## Task prompt
Of the entries below, return only those lines from the line with "#110=PLANE('',#109);" to the line with "#121=EDGE_CURVE('',#119,#114,#120,.T.);", exactly, both included.

[Items from a dataset]
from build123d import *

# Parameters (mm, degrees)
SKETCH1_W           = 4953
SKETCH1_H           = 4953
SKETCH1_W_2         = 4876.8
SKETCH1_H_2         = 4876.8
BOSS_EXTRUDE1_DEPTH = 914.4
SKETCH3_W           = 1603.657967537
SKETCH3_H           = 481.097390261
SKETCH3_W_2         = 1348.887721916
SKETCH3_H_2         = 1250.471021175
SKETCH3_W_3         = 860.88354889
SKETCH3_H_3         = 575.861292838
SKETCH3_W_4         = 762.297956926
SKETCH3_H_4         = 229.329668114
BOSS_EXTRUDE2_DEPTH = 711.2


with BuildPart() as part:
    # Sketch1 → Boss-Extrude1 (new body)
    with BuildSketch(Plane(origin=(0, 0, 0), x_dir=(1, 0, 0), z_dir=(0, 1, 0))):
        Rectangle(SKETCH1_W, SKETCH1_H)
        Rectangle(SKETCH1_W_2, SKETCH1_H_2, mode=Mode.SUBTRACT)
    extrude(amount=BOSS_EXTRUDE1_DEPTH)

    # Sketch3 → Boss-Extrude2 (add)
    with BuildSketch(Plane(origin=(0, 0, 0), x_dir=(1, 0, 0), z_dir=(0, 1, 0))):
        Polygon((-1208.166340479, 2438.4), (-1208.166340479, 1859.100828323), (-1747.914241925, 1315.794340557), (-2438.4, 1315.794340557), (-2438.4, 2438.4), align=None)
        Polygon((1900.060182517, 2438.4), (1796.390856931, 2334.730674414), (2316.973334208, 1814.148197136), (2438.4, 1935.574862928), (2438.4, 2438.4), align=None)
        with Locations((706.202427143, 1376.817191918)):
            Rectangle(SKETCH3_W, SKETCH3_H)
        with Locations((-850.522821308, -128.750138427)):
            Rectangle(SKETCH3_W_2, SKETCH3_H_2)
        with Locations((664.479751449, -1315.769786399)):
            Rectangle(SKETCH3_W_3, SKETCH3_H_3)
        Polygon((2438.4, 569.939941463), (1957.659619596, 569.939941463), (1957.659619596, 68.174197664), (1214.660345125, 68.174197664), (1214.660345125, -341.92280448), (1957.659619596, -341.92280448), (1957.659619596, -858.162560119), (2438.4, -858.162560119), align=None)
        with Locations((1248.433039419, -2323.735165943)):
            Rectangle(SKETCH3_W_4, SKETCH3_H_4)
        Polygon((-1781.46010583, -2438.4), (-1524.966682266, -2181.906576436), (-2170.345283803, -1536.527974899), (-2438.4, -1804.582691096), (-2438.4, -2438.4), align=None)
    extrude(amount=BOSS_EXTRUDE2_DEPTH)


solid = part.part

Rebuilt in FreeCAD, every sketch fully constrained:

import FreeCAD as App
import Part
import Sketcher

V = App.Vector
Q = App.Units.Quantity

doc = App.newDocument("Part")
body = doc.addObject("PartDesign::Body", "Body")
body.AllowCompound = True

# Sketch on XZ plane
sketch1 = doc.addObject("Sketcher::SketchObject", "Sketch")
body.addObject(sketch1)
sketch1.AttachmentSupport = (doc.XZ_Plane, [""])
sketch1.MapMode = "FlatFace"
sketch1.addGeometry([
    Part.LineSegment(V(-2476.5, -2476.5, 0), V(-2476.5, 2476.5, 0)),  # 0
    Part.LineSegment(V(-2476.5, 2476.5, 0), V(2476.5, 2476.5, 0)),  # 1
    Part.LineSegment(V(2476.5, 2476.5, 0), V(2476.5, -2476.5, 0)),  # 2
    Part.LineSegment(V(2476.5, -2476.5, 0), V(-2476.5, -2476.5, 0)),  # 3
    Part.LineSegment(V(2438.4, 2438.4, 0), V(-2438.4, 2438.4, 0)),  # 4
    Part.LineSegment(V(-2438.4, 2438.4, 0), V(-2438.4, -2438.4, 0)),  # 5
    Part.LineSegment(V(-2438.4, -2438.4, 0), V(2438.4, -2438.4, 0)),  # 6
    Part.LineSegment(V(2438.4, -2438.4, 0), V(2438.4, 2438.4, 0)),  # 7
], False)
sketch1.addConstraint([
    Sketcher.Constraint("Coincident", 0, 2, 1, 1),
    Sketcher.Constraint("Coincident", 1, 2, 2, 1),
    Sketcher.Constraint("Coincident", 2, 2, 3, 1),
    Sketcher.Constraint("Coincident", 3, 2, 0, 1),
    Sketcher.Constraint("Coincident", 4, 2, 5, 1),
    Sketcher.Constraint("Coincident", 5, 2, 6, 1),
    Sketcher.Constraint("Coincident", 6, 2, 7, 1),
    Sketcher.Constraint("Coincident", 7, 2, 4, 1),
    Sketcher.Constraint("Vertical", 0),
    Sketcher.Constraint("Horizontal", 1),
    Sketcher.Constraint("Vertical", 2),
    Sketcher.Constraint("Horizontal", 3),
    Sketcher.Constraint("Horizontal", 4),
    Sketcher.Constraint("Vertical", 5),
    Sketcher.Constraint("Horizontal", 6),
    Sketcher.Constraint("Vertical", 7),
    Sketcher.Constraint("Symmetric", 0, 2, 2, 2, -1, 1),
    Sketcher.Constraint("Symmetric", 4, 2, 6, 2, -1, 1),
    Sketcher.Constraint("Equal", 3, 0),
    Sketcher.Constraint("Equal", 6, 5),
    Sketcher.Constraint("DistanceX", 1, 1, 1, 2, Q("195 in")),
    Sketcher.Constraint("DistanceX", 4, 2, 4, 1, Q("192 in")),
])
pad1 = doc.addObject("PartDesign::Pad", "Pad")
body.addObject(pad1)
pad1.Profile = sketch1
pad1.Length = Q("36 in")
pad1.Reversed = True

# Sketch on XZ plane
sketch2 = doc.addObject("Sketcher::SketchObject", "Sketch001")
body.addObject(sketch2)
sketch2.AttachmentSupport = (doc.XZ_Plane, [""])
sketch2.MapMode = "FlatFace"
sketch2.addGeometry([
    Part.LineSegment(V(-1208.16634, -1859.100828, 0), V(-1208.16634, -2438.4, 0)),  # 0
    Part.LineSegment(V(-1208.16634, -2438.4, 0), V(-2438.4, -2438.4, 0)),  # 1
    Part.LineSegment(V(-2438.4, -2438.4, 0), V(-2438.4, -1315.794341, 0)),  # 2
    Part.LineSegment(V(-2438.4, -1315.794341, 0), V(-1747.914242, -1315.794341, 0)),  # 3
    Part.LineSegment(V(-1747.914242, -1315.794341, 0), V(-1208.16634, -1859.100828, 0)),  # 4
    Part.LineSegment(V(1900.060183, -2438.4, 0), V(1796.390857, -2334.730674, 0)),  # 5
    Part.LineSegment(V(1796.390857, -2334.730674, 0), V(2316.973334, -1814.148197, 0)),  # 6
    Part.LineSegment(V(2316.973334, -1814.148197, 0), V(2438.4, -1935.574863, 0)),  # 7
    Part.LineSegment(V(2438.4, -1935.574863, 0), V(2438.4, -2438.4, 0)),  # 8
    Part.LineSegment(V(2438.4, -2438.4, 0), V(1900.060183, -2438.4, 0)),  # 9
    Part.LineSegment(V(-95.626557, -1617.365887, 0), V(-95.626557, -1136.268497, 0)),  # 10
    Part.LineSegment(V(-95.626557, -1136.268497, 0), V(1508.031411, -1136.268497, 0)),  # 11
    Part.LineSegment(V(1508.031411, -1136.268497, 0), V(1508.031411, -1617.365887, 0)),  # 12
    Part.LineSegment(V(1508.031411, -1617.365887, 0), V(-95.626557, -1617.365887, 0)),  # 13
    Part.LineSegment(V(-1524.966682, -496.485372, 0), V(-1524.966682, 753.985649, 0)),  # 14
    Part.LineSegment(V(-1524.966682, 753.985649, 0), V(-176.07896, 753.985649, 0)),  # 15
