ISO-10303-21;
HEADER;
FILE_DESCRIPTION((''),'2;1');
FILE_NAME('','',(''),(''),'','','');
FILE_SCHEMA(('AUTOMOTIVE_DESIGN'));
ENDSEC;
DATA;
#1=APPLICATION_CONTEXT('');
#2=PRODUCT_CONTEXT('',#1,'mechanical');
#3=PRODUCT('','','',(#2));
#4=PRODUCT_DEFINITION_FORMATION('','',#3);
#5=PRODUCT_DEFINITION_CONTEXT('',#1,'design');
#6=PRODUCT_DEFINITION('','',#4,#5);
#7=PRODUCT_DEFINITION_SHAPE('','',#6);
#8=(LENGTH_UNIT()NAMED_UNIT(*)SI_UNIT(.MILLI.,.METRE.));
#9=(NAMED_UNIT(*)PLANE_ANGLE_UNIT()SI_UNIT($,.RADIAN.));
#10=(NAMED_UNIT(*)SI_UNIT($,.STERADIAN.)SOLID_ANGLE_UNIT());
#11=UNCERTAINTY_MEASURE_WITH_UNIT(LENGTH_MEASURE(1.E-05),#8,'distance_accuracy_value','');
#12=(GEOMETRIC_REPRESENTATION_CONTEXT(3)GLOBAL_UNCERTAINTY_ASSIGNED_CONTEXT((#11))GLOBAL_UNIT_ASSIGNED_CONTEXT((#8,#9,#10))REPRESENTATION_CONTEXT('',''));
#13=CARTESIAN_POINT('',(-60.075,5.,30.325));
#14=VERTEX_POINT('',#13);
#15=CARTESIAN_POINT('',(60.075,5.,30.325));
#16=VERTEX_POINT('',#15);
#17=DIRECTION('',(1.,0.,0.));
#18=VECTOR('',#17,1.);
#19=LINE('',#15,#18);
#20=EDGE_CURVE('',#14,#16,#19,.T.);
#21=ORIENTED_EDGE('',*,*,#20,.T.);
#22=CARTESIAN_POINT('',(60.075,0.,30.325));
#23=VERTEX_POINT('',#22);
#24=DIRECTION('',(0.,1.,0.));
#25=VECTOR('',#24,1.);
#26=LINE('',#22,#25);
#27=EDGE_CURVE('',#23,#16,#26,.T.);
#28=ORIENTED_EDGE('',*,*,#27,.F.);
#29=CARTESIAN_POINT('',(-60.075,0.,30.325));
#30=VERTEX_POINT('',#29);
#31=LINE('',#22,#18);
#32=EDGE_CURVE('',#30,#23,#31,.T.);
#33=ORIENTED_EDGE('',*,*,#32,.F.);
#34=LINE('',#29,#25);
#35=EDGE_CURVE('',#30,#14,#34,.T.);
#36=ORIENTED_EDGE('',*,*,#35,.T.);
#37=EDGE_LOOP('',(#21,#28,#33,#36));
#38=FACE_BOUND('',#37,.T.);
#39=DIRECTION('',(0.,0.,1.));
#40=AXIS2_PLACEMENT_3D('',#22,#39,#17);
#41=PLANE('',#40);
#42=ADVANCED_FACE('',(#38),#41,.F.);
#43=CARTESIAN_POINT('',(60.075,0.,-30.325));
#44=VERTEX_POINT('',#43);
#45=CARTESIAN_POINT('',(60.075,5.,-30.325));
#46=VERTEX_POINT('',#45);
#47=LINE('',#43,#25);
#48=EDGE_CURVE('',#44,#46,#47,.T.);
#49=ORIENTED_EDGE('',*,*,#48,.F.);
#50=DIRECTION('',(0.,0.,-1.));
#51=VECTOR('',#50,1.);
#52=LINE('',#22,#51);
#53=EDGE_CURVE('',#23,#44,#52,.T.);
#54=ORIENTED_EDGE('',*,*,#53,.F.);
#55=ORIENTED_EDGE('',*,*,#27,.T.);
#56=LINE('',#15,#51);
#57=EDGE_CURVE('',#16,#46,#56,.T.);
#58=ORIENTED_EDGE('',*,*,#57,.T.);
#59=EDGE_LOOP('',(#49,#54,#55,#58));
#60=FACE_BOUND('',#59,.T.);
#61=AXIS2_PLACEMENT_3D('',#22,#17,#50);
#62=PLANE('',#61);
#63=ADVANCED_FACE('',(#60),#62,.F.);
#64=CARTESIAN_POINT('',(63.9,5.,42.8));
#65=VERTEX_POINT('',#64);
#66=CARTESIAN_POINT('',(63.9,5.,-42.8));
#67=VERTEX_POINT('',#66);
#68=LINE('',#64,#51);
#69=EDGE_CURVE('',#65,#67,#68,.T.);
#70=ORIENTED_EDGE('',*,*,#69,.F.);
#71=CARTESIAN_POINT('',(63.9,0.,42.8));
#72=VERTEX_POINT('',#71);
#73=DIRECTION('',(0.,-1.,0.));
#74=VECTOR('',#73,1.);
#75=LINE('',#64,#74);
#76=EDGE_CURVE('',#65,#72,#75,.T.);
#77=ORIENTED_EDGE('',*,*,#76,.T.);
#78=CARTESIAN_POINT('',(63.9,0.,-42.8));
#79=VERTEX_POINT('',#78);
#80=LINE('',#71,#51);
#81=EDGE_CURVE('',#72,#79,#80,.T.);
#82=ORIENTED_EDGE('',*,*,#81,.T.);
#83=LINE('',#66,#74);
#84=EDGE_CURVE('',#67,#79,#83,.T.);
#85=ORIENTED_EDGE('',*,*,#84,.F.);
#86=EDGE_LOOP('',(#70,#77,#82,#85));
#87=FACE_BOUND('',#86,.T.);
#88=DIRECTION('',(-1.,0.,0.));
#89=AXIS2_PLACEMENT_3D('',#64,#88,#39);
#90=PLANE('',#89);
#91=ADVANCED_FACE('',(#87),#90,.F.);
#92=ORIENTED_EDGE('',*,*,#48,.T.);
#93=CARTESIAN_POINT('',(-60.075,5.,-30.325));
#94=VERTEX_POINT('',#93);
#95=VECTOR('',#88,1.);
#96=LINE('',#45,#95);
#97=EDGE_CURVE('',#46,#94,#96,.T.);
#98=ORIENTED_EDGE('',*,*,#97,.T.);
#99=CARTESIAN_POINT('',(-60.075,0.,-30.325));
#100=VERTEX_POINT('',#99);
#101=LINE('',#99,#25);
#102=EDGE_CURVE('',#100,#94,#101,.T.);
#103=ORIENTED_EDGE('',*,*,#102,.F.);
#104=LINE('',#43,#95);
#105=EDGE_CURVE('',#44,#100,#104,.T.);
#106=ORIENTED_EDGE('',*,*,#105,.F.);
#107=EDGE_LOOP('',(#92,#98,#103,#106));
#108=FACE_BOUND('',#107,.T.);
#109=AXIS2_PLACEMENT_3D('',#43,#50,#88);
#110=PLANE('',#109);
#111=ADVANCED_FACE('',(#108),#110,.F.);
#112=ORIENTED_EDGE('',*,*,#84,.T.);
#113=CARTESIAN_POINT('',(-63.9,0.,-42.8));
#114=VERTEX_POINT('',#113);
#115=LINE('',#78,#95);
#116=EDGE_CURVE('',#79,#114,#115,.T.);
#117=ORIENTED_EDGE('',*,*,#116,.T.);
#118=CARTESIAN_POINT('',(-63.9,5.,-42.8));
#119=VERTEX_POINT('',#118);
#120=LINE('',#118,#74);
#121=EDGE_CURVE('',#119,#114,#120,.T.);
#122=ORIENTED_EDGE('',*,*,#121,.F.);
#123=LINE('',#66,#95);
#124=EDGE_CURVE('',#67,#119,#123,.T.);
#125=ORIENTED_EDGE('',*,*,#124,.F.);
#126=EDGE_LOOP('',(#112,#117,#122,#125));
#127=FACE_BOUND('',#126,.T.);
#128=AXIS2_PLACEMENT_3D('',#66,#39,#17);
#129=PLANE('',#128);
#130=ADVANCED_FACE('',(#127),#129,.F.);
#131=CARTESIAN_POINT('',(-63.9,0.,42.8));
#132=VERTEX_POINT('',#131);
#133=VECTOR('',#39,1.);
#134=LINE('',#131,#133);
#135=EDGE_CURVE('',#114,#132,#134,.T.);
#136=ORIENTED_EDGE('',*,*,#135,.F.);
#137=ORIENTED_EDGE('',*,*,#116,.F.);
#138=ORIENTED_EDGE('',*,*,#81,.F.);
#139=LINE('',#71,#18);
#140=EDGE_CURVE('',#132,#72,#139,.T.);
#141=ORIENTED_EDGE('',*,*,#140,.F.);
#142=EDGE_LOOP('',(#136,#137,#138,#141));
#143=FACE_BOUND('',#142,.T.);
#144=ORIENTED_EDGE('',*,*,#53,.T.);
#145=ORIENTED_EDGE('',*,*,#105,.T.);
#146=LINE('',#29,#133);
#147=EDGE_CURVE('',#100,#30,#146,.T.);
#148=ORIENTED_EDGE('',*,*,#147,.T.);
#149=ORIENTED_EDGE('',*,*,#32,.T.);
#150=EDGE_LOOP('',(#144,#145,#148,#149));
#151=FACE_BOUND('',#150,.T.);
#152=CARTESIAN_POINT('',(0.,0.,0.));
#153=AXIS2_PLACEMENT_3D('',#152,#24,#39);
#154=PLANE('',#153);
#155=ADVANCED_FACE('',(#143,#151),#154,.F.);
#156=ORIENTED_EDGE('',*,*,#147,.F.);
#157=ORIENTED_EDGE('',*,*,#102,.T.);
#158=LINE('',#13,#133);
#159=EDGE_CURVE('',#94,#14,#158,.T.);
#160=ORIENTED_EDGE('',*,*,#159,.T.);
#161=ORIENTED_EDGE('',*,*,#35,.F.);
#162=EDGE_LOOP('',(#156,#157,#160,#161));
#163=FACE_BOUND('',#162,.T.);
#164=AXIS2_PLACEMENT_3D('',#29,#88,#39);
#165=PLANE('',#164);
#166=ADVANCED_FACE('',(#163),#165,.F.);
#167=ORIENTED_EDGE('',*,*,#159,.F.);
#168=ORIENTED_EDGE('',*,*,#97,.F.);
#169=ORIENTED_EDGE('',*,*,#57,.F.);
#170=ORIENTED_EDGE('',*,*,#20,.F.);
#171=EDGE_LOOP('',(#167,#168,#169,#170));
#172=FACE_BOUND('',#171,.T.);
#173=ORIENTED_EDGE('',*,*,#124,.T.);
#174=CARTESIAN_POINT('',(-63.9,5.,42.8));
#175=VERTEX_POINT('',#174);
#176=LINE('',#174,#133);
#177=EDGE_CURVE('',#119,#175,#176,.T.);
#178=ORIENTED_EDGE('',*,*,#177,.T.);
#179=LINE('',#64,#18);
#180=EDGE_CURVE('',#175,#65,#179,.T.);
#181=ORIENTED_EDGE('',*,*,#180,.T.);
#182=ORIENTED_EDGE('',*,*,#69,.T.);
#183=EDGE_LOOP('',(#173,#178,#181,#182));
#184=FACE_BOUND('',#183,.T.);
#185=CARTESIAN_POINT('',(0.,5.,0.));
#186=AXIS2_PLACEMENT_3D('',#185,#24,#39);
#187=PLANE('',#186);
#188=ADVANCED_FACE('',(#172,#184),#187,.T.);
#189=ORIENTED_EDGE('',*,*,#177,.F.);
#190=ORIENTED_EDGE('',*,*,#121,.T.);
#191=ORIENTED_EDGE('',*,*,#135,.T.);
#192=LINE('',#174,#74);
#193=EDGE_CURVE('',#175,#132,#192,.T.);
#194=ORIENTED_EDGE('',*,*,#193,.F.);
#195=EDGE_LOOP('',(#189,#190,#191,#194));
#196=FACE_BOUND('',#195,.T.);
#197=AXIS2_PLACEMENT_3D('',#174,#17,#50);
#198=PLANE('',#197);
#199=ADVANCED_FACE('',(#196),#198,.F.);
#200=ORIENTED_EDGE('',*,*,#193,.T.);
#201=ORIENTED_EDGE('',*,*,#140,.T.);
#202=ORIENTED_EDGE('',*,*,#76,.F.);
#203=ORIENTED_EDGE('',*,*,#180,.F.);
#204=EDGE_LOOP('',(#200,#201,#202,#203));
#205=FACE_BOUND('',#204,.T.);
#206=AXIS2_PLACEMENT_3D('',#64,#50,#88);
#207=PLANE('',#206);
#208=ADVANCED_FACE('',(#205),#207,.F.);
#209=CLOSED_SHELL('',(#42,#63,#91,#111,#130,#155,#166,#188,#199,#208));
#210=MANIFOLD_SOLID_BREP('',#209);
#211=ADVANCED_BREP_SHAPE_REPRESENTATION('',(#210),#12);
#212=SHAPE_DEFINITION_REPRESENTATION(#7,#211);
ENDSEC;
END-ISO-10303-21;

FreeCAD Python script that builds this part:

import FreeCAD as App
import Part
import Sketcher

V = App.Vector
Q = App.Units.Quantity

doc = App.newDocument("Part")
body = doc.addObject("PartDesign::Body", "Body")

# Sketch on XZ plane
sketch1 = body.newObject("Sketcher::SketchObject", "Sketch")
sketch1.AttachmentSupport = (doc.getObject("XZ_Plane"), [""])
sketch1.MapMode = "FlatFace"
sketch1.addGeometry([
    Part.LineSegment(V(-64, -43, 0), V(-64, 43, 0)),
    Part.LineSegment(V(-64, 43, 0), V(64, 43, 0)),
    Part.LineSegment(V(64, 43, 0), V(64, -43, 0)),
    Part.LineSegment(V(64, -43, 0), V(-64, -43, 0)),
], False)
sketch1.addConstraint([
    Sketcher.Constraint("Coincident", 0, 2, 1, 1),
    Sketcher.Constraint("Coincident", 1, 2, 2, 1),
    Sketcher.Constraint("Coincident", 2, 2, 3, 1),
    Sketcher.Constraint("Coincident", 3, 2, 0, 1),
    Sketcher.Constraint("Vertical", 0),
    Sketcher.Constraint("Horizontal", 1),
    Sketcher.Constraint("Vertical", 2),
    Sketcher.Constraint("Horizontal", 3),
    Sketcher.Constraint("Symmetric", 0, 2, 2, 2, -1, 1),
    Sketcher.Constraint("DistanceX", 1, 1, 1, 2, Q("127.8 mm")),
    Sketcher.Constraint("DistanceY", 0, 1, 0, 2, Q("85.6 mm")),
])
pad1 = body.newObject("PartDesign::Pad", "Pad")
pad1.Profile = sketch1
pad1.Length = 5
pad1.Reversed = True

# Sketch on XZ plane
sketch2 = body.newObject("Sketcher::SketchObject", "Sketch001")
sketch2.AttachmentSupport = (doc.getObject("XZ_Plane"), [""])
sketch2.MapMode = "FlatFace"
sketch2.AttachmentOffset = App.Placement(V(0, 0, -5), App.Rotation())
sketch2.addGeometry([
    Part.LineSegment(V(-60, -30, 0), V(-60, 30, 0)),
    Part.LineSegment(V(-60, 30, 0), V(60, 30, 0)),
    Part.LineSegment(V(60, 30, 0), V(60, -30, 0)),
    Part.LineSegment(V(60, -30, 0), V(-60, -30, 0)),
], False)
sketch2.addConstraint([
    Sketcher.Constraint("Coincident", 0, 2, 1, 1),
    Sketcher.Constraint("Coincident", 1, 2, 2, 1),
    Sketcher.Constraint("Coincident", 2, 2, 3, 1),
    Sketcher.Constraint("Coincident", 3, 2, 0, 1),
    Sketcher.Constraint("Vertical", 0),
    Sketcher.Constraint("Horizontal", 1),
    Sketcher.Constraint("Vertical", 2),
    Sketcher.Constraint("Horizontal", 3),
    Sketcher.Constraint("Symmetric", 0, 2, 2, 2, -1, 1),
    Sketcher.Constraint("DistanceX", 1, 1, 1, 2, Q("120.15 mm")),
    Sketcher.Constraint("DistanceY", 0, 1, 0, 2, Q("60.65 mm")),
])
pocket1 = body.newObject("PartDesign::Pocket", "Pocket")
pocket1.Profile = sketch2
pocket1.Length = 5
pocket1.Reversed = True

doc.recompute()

## Result of the task
#110=PLANE('',#109);
#111=ADVANCED_FACE('',(#108),#110,.F.);
#112=ORIENTED_EDGE('',*,*,#84,.T.);
#113=CARTESIAN_POINT('',(-63.9,0.,-42.8));
#114=VERTEX_POINT('',#113);
#115=LINE('',#78,#95);
#116=EDGE_CURVE('',#79,#114,#115,.T.);
#117=ORIENTED_EDGE('',*,*,#116,.T.);
#118=CARTESIAN_POINT('',(-63.9,5.,-42.8));
#119=VERTEX_POINT('',#118);
#120=LINE('',#118,#74);
#121=EDGE_CURVE('',#119,#114,#120,.T.);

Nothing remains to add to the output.